EXERCISE DESCRIPTION:
Nothing below is to be printed except the lines between the line holding "#87=EDGE_CURVE('',#78,#83,#86,.T.);" and the line holding "#132=EDGE_LOOP('',(#124,#127,#128,#131));", inclusive, each exactly as it appears.

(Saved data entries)
======
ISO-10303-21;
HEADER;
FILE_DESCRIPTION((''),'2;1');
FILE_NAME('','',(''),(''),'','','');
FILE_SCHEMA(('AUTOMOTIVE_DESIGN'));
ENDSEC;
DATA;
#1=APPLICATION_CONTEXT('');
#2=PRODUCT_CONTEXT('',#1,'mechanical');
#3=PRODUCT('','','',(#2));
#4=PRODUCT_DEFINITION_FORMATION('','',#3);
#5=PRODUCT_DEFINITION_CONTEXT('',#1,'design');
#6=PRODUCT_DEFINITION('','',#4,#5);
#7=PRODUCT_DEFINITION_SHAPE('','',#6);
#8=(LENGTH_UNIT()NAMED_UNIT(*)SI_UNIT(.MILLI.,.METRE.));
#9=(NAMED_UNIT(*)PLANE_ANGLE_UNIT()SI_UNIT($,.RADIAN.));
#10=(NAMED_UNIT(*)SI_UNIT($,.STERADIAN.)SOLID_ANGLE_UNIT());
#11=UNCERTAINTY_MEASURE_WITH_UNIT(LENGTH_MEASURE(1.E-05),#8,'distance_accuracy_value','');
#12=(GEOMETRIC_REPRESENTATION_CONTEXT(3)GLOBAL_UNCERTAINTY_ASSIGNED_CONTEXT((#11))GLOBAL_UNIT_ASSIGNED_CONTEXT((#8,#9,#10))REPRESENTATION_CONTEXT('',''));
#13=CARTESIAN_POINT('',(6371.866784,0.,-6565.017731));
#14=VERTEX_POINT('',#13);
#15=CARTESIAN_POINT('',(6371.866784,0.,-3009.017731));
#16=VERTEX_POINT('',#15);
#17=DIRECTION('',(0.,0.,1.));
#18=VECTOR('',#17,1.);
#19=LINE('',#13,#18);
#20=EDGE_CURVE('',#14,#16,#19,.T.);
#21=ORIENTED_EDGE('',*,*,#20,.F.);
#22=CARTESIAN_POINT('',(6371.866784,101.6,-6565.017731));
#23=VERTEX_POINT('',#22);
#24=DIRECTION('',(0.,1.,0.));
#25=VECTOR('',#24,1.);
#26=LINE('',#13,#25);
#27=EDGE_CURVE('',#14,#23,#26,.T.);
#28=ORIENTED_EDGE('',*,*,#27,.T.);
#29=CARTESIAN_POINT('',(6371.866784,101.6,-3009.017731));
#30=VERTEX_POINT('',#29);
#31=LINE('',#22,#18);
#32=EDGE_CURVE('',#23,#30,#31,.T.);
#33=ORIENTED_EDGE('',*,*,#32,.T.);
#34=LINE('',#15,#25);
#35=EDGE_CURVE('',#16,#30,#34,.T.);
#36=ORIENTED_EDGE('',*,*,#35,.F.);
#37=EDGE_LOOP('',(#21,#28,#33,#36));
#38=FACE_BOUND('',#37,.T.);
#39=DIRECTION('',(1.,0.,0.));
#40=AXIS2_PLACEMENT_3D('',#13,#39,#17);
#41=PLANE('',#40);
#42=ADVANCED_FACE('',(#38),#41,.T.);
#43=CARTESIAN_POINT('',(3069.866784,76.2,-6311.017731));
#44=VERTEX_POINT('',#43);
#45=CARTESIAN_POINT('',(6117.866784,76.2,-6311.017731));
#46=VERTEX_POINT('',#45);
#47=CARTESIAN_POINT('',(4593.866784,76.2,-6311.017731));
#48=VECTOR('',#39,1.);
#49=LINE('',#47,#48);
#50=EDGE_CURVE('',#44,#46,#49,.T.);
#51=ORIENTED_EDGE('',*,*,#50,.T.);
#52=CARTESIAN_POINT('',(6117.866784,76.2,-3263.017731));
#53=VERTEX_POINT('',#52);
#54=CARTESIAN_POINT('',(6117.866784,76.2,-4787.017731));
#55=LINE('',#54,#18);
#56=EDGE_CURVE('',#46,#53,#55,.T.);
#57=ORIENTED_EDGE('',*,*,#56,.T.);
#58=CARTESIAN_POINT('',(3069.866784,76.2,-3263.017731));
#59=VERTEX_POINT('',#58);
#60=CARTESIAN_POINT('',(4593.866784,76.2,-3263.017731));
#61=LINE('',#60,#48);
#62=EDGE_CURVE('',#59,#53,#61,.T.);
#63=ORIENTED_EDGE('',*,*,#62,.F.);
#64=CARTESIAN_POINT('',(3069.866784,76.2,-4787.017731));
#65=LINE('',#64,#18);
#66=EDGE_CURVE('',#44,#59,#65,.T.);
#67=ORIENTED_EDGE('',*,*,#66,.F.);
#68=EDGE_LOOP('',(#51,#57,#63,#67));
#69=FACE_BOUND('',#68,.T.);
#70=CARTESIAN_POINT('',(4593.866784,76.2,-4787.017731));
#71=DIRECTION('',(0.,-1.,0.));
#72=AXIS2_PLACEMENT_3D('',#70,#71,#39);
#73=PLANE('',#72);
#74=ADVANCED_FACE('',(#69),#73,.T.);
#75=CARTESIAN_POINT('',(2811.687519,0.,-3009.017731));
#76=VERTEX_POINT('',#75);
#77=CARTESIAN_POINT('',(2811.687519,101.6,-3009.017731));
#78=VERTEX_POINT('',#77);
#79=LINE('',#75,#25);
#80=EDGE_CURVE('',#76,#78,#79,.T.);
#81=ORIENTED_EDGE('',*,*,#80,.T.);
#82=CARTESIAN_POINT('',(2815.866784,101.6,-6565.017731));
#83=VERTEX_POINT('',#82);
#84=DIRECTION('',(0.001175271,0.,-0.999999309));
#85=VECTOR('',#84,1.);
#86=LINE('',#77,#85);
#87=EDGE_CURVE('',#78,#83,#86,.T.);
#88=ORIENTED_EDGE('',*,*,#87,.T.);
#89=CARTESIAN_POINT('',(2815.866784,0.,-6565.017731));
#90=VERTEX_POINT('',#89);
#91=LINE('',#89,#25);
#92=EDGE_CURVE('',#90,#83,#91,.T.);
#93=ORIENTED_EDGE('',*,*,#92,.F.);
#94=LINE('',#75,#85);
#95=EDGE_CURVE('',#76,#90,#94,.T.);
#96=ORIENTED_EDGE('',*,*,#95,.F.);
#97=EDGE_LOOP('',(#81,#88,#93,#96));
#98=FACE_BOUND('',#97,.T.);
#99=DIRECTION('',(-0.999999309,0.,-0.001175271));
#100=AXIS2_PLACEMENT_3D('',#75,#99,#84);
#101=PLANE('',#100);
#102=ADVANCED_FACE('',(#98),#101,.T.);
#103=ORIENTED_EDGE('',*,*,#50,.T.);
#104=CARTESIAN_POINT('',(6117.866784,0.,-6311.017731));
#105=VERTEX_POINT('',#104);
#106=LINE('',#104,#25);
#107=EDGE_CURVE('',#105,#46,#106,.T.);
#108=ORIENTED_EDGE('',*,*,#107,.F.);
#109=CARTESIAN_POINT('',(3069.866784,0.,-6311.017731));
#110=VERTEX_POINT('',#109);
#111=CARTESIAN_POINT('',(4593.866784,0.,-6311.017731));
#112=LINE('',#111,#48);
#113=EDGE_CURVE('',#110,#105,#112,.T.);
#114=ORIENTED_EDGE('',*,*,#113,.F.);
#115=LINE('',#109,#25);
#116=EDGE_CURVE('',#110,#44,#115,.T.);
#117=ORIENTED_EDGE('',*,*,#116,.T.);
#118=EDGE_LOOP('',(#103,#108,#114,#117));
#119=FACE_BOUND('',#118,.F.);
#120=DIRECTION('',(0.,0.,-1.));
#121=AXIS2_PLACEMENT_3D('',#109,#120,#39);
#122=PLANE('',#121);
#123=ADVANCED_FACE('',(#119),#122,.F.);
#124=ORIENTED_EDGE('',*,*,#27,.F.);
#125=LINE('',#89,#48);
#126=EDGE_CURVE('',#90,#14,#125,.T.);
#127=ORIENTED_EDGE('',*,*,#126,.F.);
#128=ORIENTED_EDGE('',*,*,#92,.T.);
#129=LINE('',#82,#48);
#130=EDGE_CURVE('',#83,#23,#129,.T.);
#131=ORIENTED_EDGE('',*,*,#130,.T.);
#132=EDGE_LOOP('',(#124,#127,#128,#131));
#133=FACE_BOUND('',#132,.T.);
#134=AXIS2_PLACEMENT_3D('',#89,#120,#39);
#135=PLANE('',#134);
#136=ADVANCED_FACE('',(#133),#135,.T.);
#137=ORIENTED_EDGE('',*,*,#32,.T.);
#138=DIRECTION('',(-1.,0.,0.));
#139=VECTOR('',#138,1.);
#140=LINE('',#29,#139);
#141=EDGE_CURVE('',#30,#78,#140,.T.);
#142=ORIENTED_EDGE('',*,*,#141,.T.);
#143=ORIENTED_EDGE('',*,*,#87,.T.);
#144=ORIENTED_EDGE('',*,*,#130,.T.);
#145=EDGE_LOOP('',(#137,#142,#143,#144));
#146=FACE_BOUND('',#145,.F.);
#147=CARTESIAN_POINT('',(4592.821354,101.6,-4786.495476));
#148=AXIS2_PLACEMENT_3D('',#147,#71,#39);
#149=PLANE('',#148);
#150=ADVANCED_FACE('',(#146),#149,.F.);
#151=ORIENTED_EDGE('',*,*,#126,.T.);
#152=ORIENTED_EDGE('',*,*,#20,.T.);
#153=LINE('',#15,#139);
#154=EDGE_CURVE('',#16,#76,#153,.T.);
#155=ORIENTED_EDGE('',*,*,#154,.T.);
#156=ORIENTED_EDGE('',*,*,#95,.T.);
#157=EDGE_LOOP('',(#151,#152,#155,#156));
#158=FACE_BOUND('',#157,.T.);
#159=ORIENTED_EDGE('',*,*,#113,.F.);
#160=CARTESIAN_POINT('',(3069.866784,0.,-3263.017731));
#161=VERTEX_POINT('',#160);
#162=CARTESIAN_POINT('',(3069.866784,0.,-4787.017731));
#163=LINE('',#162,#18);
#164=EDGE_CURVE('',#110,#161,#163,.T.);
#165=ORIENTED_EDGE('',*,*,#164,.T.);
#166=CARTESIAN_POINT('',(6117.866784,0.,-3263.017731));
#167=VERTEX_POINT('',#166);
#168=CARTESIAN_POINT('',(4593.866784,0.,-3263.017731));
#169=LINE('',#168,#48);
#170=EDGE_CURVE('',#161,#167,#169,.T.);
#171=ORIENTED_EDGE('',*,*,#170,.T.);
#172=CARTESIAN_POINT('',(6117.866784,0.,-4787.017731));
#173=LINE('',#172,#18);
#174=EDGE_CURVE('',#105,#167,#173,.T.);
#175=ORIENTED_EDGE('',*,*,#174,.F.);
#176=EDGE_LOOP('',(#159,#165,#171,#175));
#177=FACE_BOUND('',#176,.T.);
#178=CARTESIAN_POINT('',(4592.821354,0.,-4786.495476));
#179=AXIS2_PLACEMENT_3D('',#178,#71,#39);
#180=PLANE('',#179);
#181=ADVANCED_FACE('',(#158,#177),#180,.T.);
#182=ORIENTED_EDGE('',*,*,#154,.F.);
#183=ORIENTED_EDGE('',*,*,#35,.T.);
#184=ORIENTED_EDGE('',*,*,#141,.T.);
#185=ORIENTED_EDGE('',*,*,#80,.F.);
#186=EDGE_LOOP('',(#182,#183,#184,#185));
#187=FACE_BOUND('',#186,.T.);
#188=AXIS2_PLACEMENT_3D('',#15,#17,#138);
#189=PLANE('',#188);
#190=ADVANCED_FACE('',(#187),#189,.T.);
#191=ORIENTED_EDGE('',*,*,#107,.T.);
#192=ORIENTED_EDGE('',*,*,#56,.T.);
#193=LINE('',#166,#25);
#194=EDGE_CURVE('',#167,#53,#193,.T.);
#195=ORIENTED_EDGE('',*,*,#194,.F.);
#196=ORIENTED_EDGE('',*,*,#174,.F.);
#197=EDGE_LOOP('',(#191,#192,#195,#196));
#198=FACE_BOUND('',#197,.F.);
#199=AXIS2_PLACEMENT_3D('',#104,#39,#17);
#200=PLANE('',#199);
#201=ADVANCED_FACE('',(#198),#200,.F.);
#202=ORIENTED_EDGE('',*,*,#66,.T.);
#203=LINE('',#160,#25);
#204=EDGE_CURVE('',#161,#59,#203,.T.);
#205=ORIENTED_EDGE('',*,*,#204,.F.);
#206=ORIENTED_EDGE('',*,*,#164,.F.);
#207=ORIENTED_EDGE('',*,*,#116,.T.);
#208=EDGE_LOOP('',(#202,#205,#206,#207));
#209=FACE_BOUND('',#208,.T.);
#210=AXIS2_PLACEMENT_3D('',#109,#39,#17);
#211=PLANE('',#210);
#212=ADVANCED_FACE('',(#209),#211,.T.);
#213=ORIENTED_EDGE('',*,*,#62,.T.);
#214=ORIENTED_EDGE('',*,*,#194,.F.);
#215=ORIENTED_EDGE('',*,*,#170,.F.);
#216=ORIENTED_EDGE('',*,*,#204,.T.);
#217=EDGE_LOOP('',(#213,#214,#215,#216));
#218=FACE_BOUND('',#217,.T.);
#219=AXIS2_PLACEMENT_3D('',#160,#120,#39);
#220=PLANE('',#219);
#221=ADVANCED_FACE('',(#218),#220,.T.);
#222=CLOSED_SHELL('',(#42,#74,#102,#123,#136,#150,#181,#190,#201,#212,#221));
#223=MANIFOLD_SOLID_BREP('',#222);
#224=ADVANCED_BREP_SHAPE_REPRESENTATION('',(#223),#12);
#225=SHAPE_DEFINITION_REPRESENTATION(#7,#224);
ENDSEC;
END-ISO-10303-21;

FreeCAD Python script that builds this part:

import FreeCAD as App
import Part
import Sketcher

V = App.Vector
Q = App.Units.Quantity

doc = App.newDocument("Part")
body = doc.addObject("PartDesign::Body", "Body")

# Sketch on XZ plane
sketch1 = body.newObject("Sketcher::SketchObject", "Sketch")
sketch1.AttachmentSupport = (doc.getObject("XZ_Plane"), [""])
sketch1.MapMode = "FlatFace"
sketch1.addGeometry([
    Part.LineSegment(V(2812, -3009, 0), V(2816, -6565, 0)),
    Part.LineSegment(V(2816, -6565, 0), V(6372, -6565, 0)),
    Part.LineSegment(V(6372, -6565, 0), V(6372, -3009, 0)),
    Part.LineSegment(V(6372, -3009, 0), V(2812, -3009, 0)),
], False)
sketch1.addConstraint([
    Sketcher.Constraint("Coincident", 0, 2, 1, 1),
    Sketcher.Constraint("Coincident", 1, 2, 2, 1),
    Sketcher.Constraint("Coincident", 2, 2, 3, 1),
    Sketcher.Constraint("Coincident", 3, 2, 0, 1),
    Sketcher.Constraint("Horizontal", 1),
    Sketcher.Constraint("Vertical", 2),
    Sketcher.Constraint("Horizontal", 3),
    Sketcher.Constraint("Equal", 1, 2),
    Sketcher.Constraint("DistanceX", 1, 1, 1, 2, Q("140 in")),
    Sketcher.Constraint("DistanceX", 3, 2, 3, 1, 3560.179265),
    Sketcher.Constraint("DistanceY", 0, 2, -1, 1, 6565.017731),
    Sketcher.Constraint("DistanceX", -1, 1, 3, 2, 2811.687519),
])
pad1 = body.newObject("PartDesign::Pad", "Pad")
pad1.Profile = sketch1
pad1.Length = Q("4 in")
pad1.Reversed = True

# Sketch on XZ plane
sketch2 = body.newObject("Sketcher::SketchObject", "Sketch001")
sketch2.AttachmentSupport = (doc.getObject("XZ_Plane"), [""])
sketch2.MapMode = "FlatFace"
sketch2.addGeometry([
    Part.LineSegment(V(3070, -3263, 0), V(3070, -6311, 0)),
    Part.LineSegment(V(3070, -6311, 0), V(6118, -6311, 0)),
    Part.LineSegment(V(6118, -6311, 0), V(6118, -3263, 0)),
    Part.LineSegment(V(6118, -3263, 0), V(3070, -3263, 0)),
], False)
sketch2.addConstraint([
    Sketcher.Constraint("Coincident", 0, 2, 1, 1),
    Sketcher.Constraint("Coincident", 1, 2, 2, 1),
    Sketcher.Constraint("Coincident", 2, 2, 3, 1),
    Sketcher.Constraint("Coincident", 3, 2, 0, 1),
    Sketcher.Constraint("Vertical", 0),
    Sketcher.Constraint("Horizontal", 1),
    Sketcher.Constraint("Vertical", 2),
    Sketcher.Constraint("Horizontal", 3),
    Sketcher.Constraint("Equal", 3, 0),
    Sketcher.Constraint("DistanceX", 1, 1, 1, 2, Q("120 in")),
    Sketcher.Constraint("DistanceY", 0, 2, -1, 1, 6311.017731),
    Sketcher.Constraint("DistanceX", -1, 1, 0, 2, 3069.866784),
])
pocket1 = body.newObject("PartDesign::Pocket", "Pocket")
pocket1.Profile = sketch2
pocket1.Length = Q("3 in")

doc.recompute()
======
RESULT OF THIS TASK:
#87=EDGE_CURVE('',#78,#83,#86,.T.);
#88=ORIENTED_EDGE('',*,*,#87,.T.);
#89=CARTESIAN_POINT('',(2815.866784,0.,-6565.017731));
#90=VERTEX_POINT('',#89);
#91=LINE('',#89,#25);
#92=EDGE_CURVE('',#90,#83,#91,.T.);
#93=ORIENTED_EDGE('',*,*,#92,.F.);
#94=LINE('',#75,#85);
#95=EDGE_CURVE('',#76,#90,#94,.T.);
#96=ORIENTED_EDGE('',*,*,#95,.F.);
#97=EDGE_LOOP('',(#81,#88,#93,#96));
#98=FACE_BOUND('',#97,.T.);
#99=DIRECTION('',(-0.999999309,0.,-0.001175271));
#100=AXIS2_PLACEMENT_3D('',#75,#99,#84);
#101=PLANE('',#100);
#102=ADVANCED_FACE('',(#98),#101,.T.);
#103=ORIENTED_EDGE('',*,*,#50,.T.);
#104=CARTESIAN_POINT('',(6117.866784,0.,-6311.017731));
#105=VERTEX_POINT('',#104);
#106=LINE('',#104,#25);
#107=EDGE_CURVE('',#105,#46,#106,.T.);
#108=ORIENTED_EDGE('',*,*,#107,.F.);
#109=CARTESIAN_POINT('',(3069.866784,0.,-6311.017731));
#110=VERTEX_POINT('',#109);
#111=CARTESIAN_POINT('',(4593.866784,0.,-6311.017731));
#112=LINE('',#111,#48);
#113=EDGE_CURVE('',#110,#105,#112,.T.);
#114=ORIENTED_EDGE('',*,*,#113,.F.);
#115=LINE('',#109,#25);
#116=EDGE_CURVE('',#110,#44,#115,.T.);
#117=ORIENTED_EDGE('',*,*,#116,.T.);
#118=EDGE_LOOP('',(#103,#108,#114,#117));
#119=FACE_BOUND('',#118,.F.);
#120=DIRECTION('',(0.,0.,-1.));
#121=AXIS2_PLACEMENT_3D('',#109,#120,#39);
#122=PLANE('',#121);
#123=ADVANCED_FACE('',(#119),#122,.F.);
#124=ORIENTED_EDGE('',*,*,#27,.F.);
#125=LINE('',#89,#48);
#126=EDGE_CURVE('',#90,#14,#125,.T.);
#127=ORIENTED_EDGE('',*,*,#126,.F.);
#128=ORIENTED_EDGE('',*,*,#92,.T.);
#129=LINE('',#82,#48);
#130=EDGE_CURVE('',#83,#23,#129,.T.);
#131=ORIENTED_EDGE('',*,*,#130,.T.);
#132=EDGE_LOOP('',(#124,#127,#128,#131));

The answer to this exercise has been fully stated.